Work instructions: Your answer must be a word-for-word copy of the data.

++++ Input material ++++

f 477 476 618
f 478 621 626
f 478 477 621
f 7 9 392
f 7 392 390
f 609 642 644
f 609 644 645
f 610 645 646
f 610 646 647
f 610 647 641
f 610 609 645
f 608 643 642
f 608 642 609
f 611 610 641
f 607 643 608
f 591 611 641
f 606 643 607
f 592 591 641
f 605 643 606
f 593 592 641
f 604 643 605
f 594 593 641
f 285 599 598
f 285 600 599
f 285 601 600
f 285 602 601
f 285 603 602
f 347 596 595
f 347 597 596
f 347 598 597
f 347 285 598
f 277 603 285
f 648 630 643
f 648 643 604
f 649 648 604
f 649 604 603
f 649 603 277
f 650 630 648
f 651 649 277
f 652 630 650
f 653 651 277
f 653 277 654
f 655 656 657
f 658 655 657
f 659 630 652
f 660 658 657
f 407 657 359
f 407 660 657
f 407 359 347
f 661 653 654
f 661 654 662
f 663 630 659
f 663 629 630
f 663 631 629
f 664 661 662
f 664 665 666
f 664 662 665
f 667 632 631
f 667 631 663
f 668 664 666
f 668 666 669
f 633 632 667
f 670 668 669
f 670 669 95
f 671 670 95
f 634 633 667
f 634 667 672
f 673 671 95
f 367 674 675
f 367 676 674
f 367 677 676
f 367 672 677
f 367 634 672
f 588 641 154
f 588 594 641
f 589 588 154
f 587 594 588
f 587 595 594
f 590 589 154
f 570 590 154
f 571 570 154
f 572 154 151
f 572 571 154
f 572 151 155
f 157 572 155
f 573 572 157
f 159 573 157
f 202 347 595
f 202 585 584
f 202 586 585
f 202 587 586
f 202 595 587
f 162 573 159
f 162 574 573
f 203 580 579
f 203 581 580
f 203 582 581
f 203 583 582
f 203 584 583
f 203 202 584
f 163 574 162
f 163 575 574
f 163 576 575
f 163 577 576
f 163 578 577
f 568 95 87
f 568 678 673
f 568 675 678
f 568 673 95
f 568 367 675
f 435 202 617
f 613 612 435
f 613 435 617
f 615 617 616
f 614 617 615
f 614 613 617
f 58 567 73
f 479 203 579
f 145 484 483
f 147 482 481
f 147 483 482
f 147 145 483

++++

Task solution:
f 477 476 618
f 478 621 626
f 478 477 621
f 7 9 392
f 7 392 390
f 609 642 644
f 609 644 645
f 610 645 646
f 610 646 647
f 610 647 641
f 610 609 645
f 608 643 642
f 608 642 609
f 611 610 641
f 607 643 608
f 591 611 641
f 606 643 607
f 592 591 641
f 605 643 606
f 593 592 641
f 604 643 605
f 594 593 641
f 285 599 598
f 285 600 599
f 285 601 600
f 285 602 601
f 285 603 602
f 347 596 595
f 347 597 596
f 347 598 597
f 347 285 598
f 277 603 285
f 648 630 643
f 648 643 604
f 649 648 604
f 649 604 603
f 649 603 277
f 650 630 648
f 651 649 277
f 652 630 650
f 653 651 277
f 653 277 654
f 655 656 657
f 658 655 657
f 659 630 652
f 660 658 657
f 407 657 359
f 407 660 657
f 407 359 347
f 661 653 654
f 661 654 662
f 663 630 659
f 663 629 630
f 663 631 629
f 664 661 662
f 664 665 666
f 664 662 665
f 667 632 631
f 667 631 663
f 668 664 666
f 668 666 669
f 633 632 667
f 670 668 669
f 670 669 95
f 671 670 95
f 634 633 667
f 634 667 672
f 673 671 95
f 367 674 675
f 367 676 674
f 367 677 676
f 367 672 677
f 367 634 672
f 588 641 154
f 588 594 641
f 589 588 154
f 587 594 588
f 587 595 594
f 590 589 154
f 570 590 154
f 571 570 154
f 572 154 151
f 572 571 154
f 572 151 155
f 157 572 155
f 573 572 157
f 159 573 157
f 202 347 595
f 202 585 584
f 202 586 585
f 202 587 586
f 202 595 587
f 162 573 159
f 162 574 573
f 203 580 579
f 203 581 580
f 203 582 581
f 203 583 582
f 203 584 583
f 203 202 584
f 163 574 162
f 163 575 574
f 163 576 575
f 163 577 576
f 163 578 577
f 568 95 87
f 568 678 673
f 568 675 678
f 568 673 95
f 568 367 675
f 435 202 617
f 613 612 435
f 613 435 617
f 615 617 616
f 614 617 615
f 614 613 617
f 58 567 73
f 479 203 579
f 145 484 483
f 147 482 481
f 147 483 482
f 147 145 483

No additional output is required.